WORK TASK: The entries below contain a line with "#119=FACE_BOUND('',#118,.T.);" and a line with "#128=ORIENTED_EDGE('',*,*,#127,.T.);". Quote exactly those two lines and all lines between them.

DATA PROVIDED:
*****

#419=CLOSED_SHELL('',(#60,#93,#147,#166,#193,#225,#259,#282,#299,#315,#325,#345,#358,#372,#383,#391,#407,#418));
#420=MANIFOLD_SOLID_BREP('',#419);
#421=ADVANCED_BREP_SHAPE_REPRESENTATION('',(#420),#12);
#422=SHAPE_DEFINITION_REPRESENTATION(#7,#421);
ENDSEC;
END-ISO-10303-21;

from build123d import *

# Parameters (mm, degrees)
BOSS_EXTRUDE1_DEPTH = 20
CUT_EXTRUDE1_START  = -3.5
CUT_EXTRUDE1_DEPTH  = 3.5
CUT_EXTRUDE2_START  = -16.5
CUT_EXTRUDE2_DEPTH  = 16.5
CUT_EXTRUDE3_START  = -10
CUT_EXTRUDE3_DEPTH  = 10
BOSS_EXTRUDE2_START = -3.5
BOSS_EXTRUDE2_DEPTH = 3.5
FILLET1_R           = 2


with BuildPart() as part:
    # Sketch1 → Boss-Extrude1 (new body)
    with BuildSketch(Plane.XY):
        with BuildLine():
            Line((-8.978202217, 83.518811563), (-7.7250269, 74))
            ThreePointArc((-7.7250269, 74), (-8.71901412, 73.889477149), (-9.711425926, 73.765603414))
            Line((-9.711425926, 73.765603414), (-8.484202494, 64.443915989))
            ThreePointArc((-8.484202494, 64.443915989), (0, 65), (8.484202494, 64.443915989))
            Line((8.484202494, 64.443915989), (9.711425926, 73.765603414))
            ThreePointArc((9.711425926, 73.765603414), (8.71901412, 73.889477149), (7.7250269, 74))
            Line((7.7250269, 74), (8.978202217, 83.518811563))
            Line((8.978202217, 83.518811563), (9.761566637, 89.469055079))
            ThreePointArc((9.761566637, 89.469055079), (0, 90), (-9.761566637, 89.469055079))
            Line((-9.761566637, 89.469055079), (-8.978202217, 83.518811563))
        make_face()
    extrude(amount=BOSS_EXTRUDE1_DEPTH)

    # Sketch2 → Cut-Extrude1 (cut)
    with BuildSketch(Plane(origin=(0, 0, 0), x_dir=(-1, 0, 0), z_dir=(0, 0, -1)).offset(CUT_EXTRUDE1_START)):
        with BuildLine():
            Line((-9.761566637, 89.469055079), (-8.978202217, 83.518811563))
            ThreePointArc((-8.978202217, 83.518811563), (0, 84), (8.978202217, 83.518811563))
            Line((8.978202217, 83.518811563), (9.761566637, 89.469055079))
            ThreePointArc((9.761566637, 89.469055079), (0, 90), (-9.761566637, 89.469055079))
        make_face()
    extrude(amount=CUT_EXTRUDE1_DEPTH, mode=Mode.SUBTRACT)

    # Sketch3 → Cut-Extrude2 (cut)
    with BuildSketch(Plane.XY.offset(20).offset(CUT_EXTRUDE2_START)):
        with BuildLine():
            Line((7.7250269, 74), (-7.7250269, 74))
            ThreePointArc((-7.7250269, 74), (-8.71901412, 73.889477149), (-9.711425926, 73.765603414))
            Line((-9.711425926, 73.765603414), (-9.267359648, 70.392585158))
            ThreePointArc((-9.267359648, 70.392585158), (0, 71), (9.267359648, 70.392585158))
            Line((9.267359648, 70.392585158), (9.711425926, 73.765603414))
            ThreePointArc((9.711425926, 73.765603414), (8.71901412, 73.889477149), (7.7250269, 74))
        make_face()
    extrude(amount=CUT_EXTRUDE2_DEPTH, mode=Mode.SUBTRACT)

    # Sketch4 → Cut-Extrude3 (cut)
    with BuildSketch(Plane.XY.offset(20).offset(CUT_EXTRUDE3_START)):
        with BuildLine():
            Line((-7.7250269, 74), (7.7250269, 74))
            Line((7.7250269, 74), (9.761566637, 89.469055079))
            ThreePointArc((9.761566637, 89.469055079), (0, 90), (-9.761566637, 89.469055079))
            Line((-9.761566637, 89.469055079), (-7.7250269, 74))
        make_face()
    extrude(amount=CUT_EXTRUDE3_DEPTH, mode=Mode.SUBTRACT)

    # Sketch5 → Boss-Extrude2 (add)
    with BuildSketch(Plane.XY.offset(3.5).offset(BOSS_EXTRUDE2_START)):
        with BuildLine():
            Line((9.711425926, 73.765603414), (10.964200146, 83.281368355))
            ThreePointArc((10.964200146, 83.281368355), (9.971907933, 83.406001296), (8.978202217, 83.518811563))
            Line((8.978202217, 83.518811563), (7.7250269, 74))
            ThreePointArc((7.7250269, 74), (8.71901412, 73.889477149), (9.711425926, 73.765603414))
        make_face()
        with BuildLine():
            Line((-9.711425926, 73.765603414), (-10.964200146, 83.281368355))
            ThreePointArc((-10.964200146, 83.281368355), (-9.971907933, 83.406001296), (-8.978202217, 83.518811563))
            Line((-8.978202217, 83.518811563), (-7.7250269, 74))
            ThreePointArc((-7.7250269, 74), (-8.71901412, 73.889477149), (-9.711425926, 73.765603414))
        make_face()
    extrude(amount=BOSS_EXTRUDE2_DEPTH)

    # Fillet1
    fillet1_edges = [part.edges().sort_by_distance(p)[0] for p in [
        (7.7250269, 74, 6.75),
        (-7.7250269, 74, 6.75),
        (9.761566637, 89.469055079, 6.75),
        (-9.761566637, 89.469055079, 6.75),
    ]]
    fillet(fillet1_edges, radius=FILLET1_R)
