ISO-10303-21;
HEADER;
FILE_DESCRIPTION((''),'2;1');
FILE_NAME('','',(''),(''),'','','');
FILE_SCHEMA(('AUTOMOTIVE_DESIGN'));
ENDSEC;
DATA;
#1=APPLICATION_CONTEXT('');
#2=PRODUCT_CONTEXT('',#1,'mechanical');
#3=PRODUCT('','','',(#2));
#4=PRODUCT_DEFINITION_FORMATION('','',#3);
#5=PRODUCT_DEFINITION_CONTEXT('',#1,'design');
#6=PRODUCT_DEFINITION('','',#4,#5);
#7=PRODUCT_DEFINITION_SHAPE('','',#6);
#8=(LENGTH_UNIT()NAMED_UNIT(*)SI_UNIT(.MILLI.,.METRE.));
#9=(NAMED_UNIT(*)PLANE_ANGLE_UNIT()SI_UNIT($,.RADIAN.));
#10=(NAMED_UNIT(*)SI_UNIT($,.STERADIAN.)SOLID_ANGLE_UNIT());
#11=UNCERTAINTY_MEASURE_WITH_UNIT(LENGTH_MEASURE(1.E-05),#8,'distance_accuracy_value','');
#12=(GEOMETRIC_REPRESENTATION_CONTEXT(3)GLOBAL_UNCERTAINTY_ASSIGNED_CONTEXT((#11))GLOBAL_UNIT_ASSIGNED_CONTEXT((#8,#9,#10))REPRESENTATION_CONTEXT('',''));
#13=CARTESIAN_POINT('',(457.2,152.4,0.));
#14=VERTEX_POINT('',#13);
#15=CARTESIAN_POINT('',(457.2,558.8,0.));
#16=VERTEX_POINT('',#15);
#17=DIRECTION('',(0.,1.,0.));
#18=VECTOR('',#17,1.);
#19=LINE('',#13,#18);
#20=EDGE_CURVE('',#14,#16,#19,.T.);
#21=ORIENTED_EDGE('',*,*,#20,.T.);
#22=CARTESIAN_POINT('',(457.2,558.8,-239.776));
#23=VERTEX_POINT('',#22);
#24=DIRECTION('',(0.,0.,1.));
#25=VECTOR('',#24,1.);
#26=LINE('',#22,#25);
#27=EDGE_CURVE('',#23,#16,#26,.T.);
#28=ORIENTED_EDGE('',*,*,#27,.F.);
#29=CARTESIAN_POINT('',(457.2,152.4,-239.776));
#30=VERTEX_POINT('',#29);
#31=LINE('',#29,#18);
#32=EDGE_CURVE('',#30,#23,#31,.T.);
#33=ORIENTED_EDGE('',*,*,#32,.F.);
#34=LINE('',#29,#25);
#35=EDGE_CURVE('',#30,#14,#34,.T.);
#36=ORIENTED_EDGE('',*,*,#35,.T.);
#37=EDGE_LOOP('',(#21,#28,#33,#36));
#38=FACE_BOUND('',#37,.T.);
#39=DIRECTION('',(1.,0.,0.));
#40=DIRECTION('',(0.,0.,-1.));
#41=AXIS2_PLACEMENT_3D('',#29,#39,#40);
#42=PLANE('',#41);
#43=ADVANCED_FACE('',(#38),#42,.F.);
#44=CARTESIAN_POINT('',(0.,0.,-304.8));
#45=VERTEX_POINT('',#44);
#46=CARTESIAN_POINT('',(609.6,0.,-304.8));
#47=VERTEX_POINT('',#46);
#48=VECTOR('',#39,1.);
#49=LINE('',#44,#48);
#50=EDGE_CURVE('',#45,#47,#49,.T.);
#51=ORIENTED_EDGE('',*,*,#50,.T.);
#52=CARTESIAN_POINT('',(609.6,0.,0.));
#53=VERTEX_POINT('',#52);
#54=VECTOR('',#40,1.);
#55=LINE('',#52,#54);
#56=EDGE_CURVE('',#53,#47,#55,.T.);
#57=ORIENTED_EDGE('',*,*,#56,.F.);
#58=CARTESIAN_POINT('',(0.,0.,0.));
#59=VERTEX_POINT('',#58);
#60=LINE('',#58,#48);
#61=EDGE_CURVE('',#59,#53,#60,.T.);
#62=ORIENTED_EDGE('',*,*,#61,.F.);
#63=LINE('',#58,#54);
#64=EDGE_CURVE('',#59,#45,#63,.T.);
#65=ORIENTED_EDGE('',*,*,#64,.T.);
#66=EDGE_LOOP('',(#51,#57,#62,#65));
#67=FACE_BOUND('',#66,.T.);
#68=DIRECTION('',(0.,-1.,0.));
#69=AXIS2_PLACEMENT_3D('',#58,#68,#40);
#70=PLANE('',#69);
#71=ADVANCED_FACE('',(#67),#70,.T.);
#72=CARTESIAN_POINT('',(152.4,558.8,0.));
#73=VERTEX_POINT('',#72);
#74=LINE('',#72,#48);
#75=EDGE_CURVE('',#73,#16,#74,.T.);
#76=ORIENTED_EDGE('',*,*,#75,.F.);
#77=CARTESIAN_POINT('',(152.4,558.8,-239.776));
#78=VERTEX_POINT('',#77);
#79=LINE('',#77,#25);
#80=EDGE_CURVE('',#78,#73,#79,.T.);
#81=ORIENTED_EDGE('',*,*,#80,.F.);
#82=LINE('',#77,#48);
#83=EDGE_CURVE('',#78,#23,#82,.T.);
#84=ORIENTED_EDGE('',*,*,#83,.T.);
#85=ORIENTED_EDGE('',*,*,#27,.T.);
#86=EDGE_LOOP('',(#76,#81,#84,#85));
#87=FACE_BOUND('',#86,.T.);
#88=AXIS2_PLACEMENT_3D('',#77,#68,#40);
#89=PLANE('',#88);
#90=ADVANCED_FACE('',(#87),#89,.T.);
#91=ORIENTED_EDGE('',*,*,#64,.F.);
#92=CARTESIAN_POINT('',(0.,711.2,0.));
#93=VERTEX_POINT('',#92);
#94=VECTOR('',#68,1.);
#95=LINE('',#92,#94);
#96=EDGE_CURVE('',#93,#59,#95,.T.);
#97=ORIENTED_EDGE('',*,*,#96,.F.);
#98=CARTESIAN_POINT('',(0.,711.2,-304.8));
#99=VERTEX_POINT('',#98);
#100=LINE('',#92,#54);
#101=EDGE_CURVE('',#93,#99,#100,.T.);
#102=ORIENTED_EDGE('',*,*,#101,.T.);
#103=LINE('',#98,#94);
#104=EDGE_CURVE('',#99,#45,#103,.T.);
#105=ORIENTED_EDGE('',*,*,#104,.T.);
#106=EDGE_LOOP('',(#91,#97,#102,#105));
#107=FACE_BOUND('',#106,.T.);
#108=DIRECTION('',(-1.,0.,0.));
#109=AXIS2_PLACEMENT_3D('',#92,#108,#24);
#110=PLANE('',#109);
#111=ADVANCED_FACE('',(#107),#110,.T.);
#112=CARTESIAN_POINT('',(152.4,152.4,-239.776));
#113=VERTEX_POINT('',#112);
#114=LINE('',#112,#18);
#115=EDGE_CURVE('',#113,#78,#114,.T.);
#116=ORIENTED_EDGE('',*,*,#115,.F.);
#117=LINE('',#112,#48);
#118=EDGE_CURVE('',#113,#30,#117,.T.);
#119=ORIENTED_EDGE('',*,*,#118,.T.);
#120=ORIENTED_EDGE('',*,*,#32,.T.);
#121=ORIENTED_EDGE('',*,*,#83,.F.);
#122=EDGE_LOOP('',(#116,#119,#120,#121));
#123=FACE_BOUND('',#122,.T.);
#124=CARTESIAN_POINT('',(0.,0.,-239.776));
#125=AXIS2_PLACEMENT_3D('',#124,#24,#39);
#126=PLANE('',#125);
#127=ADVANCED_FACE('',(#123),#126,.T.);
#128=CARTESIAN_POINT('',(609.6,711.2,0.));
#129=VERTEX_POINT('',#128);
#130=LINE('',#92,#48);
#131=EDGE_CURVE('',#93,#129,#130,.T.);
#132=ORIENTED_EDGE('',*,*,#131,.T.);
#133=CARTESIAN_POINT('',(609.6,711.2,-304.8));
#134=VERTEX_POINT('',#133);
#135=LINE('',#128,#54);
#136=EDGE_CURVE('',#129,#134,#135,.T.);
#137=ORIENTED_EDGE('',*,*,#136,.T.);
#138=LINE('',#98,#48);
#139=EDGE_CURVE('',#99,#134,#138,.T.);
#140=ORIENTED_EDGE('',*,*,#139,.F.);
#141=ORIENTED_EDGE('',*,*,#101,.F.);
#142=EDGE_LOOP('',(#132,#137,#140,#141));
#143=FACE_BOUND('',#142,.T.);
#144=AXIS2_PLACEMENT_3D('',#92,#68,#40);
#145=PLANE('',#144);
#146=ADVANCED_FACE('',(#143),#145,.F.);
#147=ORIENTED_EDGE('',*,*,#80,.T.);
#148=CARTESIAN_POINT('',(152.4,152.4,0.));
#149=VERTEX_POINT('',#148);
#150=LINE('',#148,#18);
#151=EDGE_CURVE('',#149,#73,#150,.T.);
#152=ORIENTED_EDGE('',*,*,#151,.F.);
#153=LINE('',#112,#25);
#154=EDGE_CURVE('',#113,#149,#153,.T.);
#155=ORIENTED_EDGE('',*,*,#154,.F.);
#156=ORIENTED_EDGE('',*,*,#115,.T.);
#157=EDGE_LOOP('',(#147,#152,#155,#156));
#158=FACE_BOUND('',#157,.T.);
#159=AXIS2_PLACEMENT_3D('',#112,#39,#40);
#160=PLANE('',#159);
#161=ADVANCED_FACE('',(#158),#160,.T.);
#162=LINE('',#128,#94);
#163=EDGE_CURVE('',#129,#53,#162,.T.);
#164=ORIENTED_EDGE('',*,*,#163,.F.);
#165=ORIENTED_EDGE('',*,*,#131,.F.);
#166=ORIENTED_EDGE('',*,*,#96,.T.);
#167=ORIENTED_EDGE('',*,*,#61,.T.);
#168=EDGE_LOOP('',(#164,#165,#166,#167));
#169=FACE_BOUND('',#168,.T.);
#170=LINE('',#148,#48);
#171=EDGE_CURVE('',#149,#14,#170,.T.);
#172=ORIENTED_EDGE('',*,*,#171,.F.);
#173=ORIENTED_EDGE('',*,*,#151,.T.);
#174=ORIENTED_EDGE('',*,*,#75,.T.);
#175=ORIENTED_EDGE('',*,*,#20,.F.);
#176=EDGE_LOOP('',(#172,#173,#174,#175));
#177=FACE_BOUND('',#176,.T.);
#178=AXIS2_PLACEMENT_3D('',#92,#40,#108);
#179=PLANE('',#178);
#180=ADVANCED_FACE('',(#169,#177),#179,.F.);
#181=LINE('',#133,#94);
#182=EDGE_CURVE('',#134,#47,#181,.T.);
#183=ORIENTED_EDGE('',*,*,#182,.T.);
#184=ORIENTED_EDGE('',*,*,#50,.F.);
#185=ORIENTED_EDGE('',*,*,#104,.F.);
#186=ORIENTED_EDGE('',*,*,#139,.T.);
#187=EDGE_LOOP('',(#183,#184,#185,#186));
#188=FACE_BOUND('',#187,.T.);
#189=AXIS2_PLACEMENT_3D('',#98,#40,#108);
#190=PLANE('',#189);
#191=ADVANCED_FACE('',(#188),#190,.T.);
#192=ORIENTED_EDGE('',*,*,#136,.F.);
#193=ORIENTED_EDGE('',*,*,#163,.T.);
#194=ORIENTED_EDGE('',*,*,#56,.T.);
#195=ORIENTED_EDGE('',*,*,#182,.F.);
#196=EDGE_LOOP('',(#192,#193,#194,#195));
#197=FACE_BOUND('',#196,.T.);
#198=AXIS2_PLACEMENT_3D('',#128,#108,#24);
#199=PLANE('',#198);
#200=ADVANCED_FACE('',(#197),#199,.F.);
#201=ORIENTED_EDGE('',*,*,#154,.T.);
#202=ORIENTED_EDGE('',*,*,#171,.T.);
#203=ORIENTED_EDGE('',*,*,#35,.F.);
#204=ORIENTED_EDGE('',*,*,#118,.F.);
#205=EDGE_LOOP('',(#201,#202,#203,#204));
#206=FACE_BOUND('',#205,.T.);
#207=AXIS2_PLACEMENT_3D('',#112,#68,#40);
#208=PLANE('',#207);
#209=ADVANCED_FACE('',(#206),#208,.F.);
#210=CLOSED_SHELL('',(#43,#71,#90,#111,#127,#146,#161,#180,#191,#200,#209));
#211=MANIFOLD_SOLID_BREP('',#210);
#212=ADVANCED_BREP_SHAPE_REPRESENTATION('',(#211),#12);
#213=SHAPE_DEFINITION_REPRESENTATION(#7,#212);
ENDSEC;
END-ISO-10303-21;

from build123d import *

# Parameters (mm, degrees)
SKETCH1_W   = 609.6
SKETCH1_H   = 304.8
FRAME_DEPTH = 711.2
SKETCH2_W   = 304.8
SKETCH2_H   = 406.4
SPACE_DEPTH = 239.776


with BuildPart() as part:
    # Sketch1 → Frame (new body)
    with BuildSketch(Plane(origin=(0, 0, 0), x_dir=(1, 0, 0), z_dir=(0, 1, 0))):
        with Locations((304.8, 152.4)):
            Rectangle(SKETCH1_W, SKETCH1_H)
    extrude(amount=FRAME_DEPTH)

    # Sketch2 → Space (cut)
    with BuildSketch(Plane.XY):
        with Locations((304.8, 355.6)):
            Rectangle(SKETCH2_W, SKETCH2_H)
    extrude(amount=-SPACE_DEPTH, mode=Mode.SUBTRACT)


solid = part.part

*****

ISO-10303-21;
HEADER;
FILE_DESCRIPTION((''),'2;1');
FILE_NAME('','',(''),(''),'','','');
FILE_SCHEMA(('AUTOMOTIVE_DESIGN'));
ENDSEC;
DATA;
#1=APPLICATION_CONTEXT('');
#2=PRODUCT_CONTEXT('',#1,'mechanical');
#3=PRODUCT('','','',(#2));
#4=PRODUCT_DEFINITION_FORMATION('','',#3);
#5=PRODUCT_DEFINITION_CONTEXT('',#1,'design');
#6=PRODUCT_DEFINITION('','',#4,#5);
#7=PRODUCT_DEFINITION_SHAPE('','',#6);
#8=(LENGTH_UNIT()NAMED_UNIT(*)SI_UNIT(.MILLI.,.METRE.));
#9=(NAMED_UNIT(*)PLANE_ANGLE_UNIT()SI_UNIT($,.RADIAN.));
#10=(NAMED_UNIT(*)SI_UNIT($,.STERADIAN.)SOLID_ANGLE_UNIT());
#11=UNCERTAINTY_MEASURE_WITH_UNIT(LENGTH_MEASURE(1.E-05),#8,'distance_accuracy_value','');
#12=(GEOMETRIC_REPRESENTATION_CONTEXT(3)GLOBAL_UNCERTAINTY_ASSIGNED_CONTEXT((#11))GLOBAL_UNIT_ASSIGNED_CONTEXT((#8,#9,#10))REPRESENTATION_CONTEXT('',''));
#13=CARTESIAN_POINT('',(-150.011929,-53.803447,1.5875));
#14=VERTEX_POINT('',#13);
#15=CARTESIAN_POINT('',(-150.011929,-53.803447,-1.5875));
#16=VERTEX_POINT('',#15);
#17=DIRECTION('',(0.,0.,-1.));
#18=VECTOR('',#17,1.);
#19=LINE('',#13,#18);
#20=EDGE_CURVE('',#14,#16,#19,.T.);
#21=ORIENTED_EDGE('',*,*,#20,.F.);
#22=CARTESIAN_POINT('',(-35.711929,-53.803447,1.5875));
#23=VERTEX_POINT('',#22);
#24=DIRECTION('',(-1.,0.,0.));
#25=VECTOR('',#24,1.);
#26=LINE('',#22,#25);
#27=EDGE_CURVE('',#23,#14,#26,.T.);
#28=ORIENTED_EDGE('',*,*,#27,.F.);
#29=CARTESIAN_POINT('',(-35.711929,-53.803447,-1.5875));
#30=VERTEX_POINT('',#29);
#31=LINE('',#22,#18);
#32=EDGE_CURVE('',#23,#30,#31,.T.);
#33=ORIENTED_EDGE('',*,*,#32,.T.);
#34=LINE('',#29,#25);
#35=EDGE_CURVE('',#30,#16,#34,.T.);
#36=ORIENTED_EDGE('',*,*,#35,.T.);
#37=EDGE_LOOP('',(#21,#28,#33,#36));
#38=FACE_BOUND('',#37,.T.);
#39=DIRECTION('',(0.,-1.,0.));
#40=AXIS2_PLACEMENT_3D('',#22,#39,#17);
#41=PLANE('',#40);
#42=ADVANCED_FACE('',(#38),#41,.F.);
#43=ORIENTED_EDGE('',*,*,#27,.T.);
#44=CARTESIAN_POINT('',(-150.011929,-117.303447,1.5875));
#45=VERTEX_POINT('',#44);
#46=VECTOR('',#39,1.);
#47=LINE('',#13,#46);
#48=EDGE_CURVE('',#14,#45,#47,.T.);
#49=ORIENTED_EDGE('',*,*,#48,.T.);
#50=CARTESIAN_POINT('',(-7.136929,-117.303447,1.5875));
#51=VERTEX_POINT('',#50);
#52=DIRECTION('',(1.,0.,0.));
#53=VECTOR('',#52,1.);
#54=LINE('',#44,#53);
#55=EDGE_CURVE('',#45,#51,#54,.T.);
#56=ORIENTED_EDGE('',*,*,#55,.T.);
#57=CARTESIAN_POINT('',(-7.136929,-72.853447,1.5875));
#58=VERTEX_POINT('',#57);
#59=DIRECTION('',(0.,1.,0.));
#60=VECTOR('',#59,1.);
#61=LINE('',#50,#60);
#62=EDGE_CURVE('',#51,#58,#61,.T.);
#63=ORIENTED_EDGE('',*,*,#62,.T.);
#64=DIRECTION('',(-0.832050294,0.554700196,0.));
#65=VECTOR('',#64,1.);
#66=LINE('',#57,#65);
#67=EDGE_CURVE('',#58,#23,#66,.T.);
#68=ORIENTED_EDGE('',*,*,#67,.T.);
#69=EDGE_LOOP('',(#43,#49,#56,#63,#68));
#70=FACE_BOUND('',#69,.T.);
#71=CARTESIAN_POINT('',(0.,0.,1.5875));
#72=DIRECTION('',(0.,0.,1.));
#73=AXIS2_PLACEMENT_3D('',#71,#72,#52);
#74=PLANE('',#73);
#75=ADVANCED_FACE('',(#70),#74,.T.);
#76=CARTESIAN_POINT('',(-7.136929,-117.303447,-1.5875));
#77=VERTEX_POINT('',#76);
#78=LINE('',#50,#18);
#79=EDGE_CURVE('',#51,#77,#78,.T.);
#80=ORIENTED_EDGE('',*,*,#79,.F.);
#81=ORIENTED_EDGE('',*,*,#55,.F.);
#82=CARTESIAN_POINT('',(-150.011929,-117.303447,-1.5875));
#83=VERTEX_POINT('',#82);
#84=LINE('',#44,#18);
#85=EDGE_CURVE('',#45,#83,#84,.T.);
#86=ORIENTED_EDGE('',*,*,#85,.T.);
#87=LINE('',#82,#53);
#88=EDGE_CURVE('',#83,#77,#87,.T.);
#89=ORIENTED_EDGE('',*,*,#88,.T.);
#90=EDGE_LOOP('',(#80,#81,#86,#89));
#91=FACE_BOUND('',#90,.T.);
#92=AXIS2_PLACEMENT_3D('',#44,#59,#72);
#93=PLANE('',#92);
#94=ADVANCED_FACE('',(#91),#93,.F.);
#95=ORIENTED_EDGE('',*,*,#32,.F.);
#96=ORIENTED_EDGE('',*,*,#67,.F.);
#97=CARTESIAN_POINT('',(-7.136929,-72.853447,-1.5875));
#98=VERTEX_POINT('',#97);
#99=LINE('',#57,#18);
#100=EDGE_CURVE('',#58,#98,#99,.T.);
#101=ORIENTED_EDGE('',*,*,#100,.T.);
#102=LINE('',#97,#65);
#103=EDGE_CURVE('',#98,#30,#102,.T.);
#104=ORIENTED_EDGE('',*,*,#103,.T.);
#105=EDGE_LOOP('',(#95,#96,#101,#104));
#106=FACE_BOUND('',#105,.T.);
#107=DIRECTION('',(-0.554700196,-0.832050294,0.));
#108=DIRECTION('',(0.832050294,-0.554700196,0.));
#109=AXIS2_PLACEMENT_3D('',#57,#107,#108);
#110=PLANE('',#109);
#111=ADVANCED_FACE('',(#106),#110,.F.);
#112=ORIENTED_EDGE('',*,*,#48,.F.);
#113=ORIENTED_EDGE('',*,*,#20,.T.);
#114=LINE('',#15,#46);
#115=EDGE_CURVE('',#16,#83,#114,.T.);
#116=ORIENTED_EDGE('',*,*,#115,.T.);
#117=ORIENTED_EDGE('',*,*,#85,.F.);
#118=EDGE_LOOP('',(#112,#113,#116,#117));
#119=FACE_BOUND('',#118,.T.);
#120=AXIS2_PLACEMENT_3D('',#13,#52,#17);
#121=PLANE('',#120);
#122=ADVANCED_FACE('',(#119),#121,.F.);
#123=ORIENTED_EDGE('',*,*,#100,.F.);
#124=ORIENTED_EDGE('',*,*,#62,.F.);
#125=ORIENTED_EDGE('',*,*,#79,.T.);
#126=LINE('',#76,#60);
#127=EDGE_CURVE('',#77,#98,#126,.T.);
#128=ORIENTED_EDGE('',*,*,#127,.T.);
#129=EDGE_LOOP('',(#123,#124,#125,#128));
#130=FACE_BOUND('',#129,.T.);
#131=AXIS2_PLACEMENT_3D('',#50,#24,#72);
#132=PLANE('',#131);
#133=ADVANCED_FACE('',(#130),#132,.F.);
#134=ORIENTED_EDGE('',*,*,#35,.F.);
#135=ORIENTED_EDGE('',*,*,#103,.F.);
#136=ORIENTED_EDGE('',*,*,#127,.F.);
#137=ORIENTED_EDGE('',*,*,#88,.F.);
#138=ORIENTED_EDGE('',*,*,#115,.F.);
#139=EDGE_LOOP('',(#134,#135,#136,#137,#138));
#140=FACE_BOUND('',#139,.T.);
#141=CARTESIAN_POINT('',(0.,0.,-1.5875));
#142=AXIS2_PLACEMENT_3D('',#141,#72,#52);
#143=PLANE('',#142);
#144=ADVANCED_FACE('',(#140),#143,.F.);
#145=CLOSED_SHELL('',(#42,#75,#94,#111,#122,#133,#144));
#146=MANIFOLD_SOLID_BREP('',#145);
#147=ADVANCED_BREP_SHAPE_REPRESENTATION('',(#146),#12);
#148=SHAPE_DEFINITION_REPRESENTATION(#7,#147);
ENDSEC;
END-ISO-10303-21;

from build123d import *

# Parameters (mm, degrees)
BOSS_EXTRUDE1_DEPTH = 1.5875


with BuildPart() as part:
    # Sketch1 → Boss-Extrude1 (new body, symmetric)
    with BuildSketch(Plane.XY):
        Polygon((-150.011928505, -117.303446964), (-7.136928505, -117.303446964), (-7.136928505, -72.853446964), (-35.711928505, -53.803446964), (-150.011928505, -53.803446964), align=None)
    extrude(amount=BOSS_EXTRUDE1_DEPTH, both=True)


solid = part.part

*****

SOLUTION TO THE EXERCISE:
#119=FACE_BOUND('',#118,.T.);
#120=AXIS2_PLACEMENT_3D('',#13,#52,#17);
#121=PLANE('',#120);
#122=ADVANCED_FACE('',(#119),#121,.F.);
#123=ORIENTED_EDGE('',*,*,#100,.F.);
#124=ORIENTED_EDGE('',*,*,#62,.F.);
#125=ORIENTED_EDGE('',*,*,#79,.T.);
#126=LINE('',#76,#60);
#127=EDGE_CURVE('',#77,#98,#126,.T.);
#128=ORIENTED_EDGE('',*,*,#127,.T.);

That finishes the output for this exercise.